_Exercise aim:_
Give again, unaltered, the lines of the listing below that run from the line having "solid = f1.part" through the line having "FreeCAD Python script".

_Data section:_
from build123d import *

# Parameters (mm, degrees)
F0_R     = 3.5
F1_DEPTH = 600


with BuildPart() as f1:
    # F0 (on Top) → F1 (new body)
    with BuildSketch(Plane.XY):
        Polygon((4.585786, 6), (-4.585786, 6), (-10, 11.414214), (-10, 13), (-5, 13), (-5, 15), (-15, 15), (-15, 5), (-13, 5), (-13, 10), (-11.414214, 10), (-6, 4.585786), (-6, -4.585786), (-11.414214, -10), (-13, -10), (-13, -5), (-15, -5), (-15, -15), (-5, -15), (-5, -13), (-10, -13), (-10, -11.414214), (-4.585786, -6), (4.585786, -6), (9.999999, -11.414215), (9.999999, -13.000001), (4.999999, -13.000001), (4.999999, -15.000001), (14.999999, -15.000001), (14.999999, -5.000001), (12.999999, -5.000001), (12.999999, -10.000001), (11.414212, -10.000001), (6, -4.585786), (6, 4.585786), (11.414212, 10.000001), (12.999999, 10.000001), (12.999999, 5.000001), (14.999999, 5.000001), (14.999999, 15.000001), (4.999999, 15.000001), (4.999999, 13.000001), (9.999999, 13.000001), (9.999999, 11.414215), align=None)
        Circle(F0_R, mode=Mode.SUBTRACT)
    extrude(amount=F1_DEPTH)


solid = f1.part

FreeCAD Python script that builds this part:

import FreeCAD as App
import Part
import Sketcher

doc = App.newDocument("Part")
body = doc.addObject("PartDesign::Body", "Body")

# Sketch on XY plane
sketch1 = doc.addObject("Sketcher::SketchObject", "Sketch")
body.addObject(sketch1)
sketch1.AttachmentSupport = (doc.XY_Plane, [""])
sketch1.MapMode = "FlatFace"
sketch1.addGeometry([
    Part.LineSegment(App.Vector(4.6, 6, 0), App.Vector(-4.6, 6, 0)),  # 0
    Part.LineSegment(App.Vector(-4.6, 6, 0), App.Vector(-10, 11.4, 0)),  # 1
    Part.LineSegment(App.Vector(-10, 11.4, 0), App.Vector(-10, 13, 0)),  # 2
    Part.LineSegment(App.Vector(-10, 13, 0), App.Vector(-5, 13, 0)),  # 3
    Part.LineSegment(App.Vector(-5, 13, 0), App.Vector(-5, 15, 0)),  # 4
    Part.LineSegment(App.Vector(-5, 15, 0), App.Vector(-15, 15, 0)),  # 5
    Part.LineSegment(App.Vector(-15, 15, 0), App.Vector(-15, 5, 0)),  # 6
    Part.LineSegment(App.Vector(-15, 5, 0), App.Vector(-13, 5, 0)),  # 7
    Part.LineSegment(App.Vector(-13, 5, 0), App.Vector(-13, 10, 0)),  # 8
    Part.LineSegment(App.Vector(-13, 10, 0), App.Vector(-11.4, 10, 0)),  # 9
    Part.LineSegment(App.Vector(-11.4, 10, 0), App.Vector(-6, 4.6, 0)),  # 10
    Part.LineSegment(App.Vector(-6, 4.6, 0), App.Vector(-6, -4.6, 0)),  # 11
    Part.LineSegment(App.Vector(-6, -4.6, 0), App.Vector(-11.4, -10, 0)),  # 12
    Part.LineSegment(App.Vector(-11.4, -10, 0), App.Vector(-13, -10, 0)),  # 13
    Part.LineSegment(App.Vector(-13, -10, 0), App.Vector(-13, -5, 0)),  # 14
    Part.LineSegment(App.Vector(-13, -5, 0), App.Vector(-15, -5, 0)),  # 15
    Part.LineSegment(App.Vector(-15, -5, 0), App.Vector(-15, -15, 0)),  # 16
    Part.LineSegment(App.Vector(-15, -15, 0), App.Vector(-5, -15, 0)),  # 17
    Part.LineSegment(App.Vector(-5, -15, 0), App.Vector(-5, -13, 0)),  # 18
    Part.LineSegment(App.Vector(-5, -13, 0), App.Vector(-10, -13, 0)),  # 19
    Part.LineSegment(App.Vector(-10, -13, 0), App.Vector(-10, -11.4, 0)),  # 20
    Part.LineSegment(App.Vector(-10, -11.4, 0), App.Vector(-4.6, -6, 0)),  # 21
    Part.LineSegment(App.Vector(-4.6, -6, 0), App.Vector(4.6, -6, 0)),  # 22
    Part.LineSegment(App.Vector(4.6, -6, 0), App.Vector(10, -11.4, 0)),  # 23
    Part.LineSegment(App.Vector(10, -11.4, 0), App.Vector(10, -13, 0)),  # 24
    Part.LineSegment(App.Vector(10, -13, 0), App.Vector(5, -13, 0)),  # 25
    Part.LineSegment(App.Vector(5, -13, 0), App.Vector(5, -15, 0)),  # 26
    Part.LineSegment(App.Vector(5, -15, 0), App.Vector(15, -15, 0)),  # 27
    Part.LineSegment(App.Vector(15, -15, 0), App.Vector(15, -5, 0)),  # 28
    Part.LineSegment(App.Vector(15, -5, 0), App.Vector(13, -5, 0)),  # 29
    Part.LineSegment(App.Vector(13, -5, 0), App.Vector(13, -10, 0)),  # 30
    Part.LineSegment(App.Vector(13, -10, 0), App.Vector(11.4, -10, 0)),  # 31
    Part.LineSegment(App.Vector(11.4, -10, 0), App.Vector(6, -4.6, 0)),  # 32
    Part.LineSegment(App.Vector(6, -4.6, 0), App.Vector(6, 4.6, 0)),  # 33
    Part.LineSegment(App.Vector(6, 4.6, 0), App.Vector(11.4, 10, 0)),  # 34
    Part.LineSegment(App.Vector(11.4, 10, 0), App.Vector(13, 10, 0)),  # 35
    Part.LineSegment(App.Vector(13, 10, 0), App.Vector(13, 5, 0)),  # 36
    Part.LineSegment(App.Vector(13, 5, 0), App.Vector(15, 5, 0)),  # 37
    Part.LineSegment(App.Vector(15, 5, 0), App.Vector(15, 15, 0)),  # 38
    Part.LineSegment(App.Vector(15, 15, 0), App.Vector(5, 15, 0)),  # 39
    Part.LineSegment(App.Vector(5, 15, 0), App.Vector(5, 13, 0)),  # 40
    Part.LineSegment(App.Vector(5, 13, 0), App.Vector(10, 13, 0)),  # 41
    Part.LineSegment(App.Vector(10, 13, 0), App.Vector(10, 11.4, 0)),  # 42
    Part.LineSegment(App.Vector(10, 11.4, 0), App.Vector(4.6, 6, 0)),  # 43
    Part.Circle(App.Vector(0, 0, 0), App.Vector(0, 0, 1), 3.5),  # 44
], False)
sketch1.addConstraint([
    Sketcher.Constraint("Coincident", 0, 2, 1, 1),
    Sketcher.Constraint("Coincident", 1, 2, 2, 1),
    Sketcher.Constraint("Coincident", 2, 2, 3, 1),
    Sketcher.Constraint("Coincident", 3, 2, 4, 1),
    Sketcher.Constraint("Coincident", 4, 2, 5, 1),
    Sketcher.Constraint("Coincident", 5, 2, 6, 1),
    Sketcher.Constraint("Coincident", 6, 2, 7, 1),
    Sketcher.Constraint("Coincident", 7, 2, 8, 1),
    Sketcher.Constraint("Coincident", 8, 2, 9, 1),
    Sketcher.Constraint("Coincident", 9, 2, 10, 1),
    Sketcher.Constraint("Coincident", 10, 2, 11, 1),
    Sketcher.Constraint("Coincident", 11, 2, 12, 1),
    Sketcher.Constraint("Coincident", 12, 2, 13, 1),
    Sketcher.Constraint("Coincident", 13, 2, 14, 1),
    Sketcher.Constraint("Coincident", 14, 2, 15, 1),
    Sketcher.Constraint("Coincident", 15, 2, 16, 1),
    Sketcher.Constraint("Coincident", 16, 2, 17, 1),
    Sketcher.Constraint("Coincident", 17, 2, 18, 1),
    Sketcher.Constraint("Coincident", 18, 2, 19, 1),
    Sketcher.Constraint("Coincident", 19, 2, 20, 1),
    Sketcher.Constraint("Coincident", 20, 2, 21, 1),
    Sketcher.Constraint("Coincident", 21, 2, 22, 1),
    Sketcher.Constraint("Coincident", 22, 2, 23, 1),
    Sketcher.Constraint("Coincident", 23, 2, 24, 1),
    Sketcher.Constraint("Coincident", 24, 2, 25, 1),
    Sketcher.Constraint("Coincident", 25, 2, 26, 1),
    Sketcher.Constraint("Coincident", 26, 2, 27, 1),
    Sketcher.Constraint("Coincident", 27, 2, 28, 1),
    Sketcher.Constraint("Coincident", 28, 2, 29, 1),
    Sketcher.Constraint("Coincident", 29, 2, 30, 1),
    Sketcher.Constraint("Coincident", 30, 2, 31, 1),
    Sketcher.Constraint("Coincident", 31, 2, 32, 1),
    Sketcher.Constraint("Coincident", 32, 2, 33, 1),
    Sketcher.Constraint("Coincident", 33, 2, 34, 1),
    Sketcher.Constraint("Coincident", 34, 2, 35, 1),
    Sketcher.Constraint("Coincident", 35, 2, 36, 1),
    Sketcher.Constraint("Coincident", 36, 2, 37, 1),
    Sketcher.Constraint("Coincident", 37, 2, 38, 1),
    Sketcher.Constraint("Coincident", 38, 2, 39, 1),
    Sketcher.Constraint("Coincident", 39, 2, 40, 1),
    Sketcher.Constraint("Coincident", 40, 2, 41, 1),
    Sketcher.Constraint("Coincident", 41, 2, 42, 1),
    Sketcher.Constraint("Coincident", 42, 2, 43, 1),
    Sketcher.Constraint("Coincident", 43, 2, 0, 1),
    Sketcher.Constraint("Horizontal", 0),
    Sketcher.Constraint("Vertical", 2),
    Sketcher.Constraint("Horizontal", 3),
    Sketcher.Constraint("Vertical", 4),
    Sketcher.Constraint("Horizontal", 5),
    Sketcher.Constraint("Vertical", 6),
    Sketcher.Constraint("Horizontal", 7),
    Sketcher.Constraint("Vertical", 8),
    Sketcher.Constraint("Horizontal", 9),
    Sketcher.Constraint("Vertical", 11),
    Sketcher.Constraint("Horizontal", 13),
    Sketcher.Constraint("Vertical", 14),
    Sketcher.Constraint("Horizontal", 15),
    Sketcher.Constraint("Vertical", 16),
    Sketcher.Constraint("Horizontal", 17),
    Sketcher.Constraint("Vertical", 18),
    Sketcher.Constraint("Horizontal", 19),
    Sketcher.Constraint("Vertical", 20),
    Sketcher.Constraint("Horizontal", 22),
    Sketcher.Constraint("Vertical", 24),
    Sketcher.Constraint("Horizontal", 25),
    Sketcher.Constraint("Vertical", 26),
    Sketcher.Constraint("Horizontal", 27),
    Sketcher.Constraint("Vertical", 28),
    Sketcher.Constraint("Horizontal", 29),
    Sketcher.Constraint("Vertical", 30),
    Sketcher.Constraint("Horizontal", 31),
    Sketcher.Constraint("Vertical", 33),
    Sketcher.Constraint("Horizontal", 35),
    Sketcher.Constraint("Vertical", 36),
    Sketcher.Constraint("Horizontal", 37),
    Sketcher.Constraint("Vertical", 38),
    Sketcher.Constraint("Horizontal", 39),
    Sketcher.Constraint("Vertical", 40),
    Sketcher.Constraint("Horizontal", 41),
    Sketcher.Constraint("Vertical", 42),
    Sketcher.Constraint("Coincident", 44, 3, -1, 1),
    Sketcher.Constraint("Symmetric", 0, 2, 22, 2, -1, 1),
    Sketcher.Constraint("Symmetric", 1, 2, 23, 2, -1, 1),
    Sketcher.Constraint("Symmetric", 3, 2, 25, 2, -1, 1),
    Sketcher.Constraint("Symmetric", 5, 2, 27, 2, -1, 1),
    Sketcher.Constraint("Symmetric", 7, 2, 29, 2, -1, 1),
    Sketcher.Constraint("Symmetric", 9, 2, 31, 2, -1, 1),
    Sketcher.Constraint("Symmetric", 10, 2, 32, 2, -1, 1),
    Sketcher.Constraint("Symmetric", 12, 2, 34, 2, -1, 1),
    Sketcher.Constraint("Symmetric", 14, 2, 36, 2, -1, 1),
    Sketcher.Constraint("Symmetric", 16, 2, 38, 2, -1, 1),
    Sketcher.Constraint("Symmetric", 18, 2, 40, 2, -1, 1),
    Sketcher.Constraint("Symmetric", 20, 2, 42, 2, -1, 1),
    Sketcher.Constraint("Symmetric", 20, 2, 23, 2, -2),
    Sketcher.Constraint("Symmetric", 18, 2, 25, 2, -2),
    Sketcher.Constraint("Symmetric", 16, 2, 27, 2, -2),
    Sketcher.Constraint("Symmetric", 14, 2, 29, 2, -2),
    Sketcher.Constraint("Symmetric", 12, 2, 31, 2, -2),
    Sketcher.Constraint("Parallel", 1, 10),
    Sketcher.Constraint("Perpendicular", 10, 12),
    Sketcher.Constraint("Parallel", 12, 21),
    Sketcher.Constraint("Perpendicular", 32, 34),
    Sketcher.Constraint("Parallel", 34, 43),
    Sketcher.Constraint("Horizontal", 11, 2, 32, 2),
    Sketcher.Constraint("Equal", 35, 2),
    Sketcher.Constraint("Equal", 37, 4),
    Sketcher.Constraint("Equal", 39, 6),
    Sketcher.Constraint("Equal", 41, 8),
    Sketcher.Constraint("Equal", 22, 11),
    Sketcher.Constraint("Equal", 1, 10),
    Sketcher.Constraint("Diameter", 44, 7.0),
    Sketcher.Constraint("DistanceX", 3, 1, 3, 2, 5.0),
    Sketcher.Constraint("DistanceX", 5, 2, 5, 1, 10.0),
    Sketcher.Constraint("DistanceX", 7, 1, 7, 2, 2.0),
    Sketcher.Constraint("DistanceY", -1, 1, 0, 2, 6.0),
    Sketcher.Constraint("DistanceX", 1, 2, -1, 1, 10.0),
    Sketcher.Constraint("DistanceX", 0, 2, 0, 1, 9.171572),
])
pad1 = doc.addObject("PartDesign::Pad", "Pad")
body.addObject(pad1)
pad1.Profile = sketch1
pad1.Length = 600

doc.recompute()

_Result for this task:_
solid = f1.part

FreeCAD Python script that builds this part:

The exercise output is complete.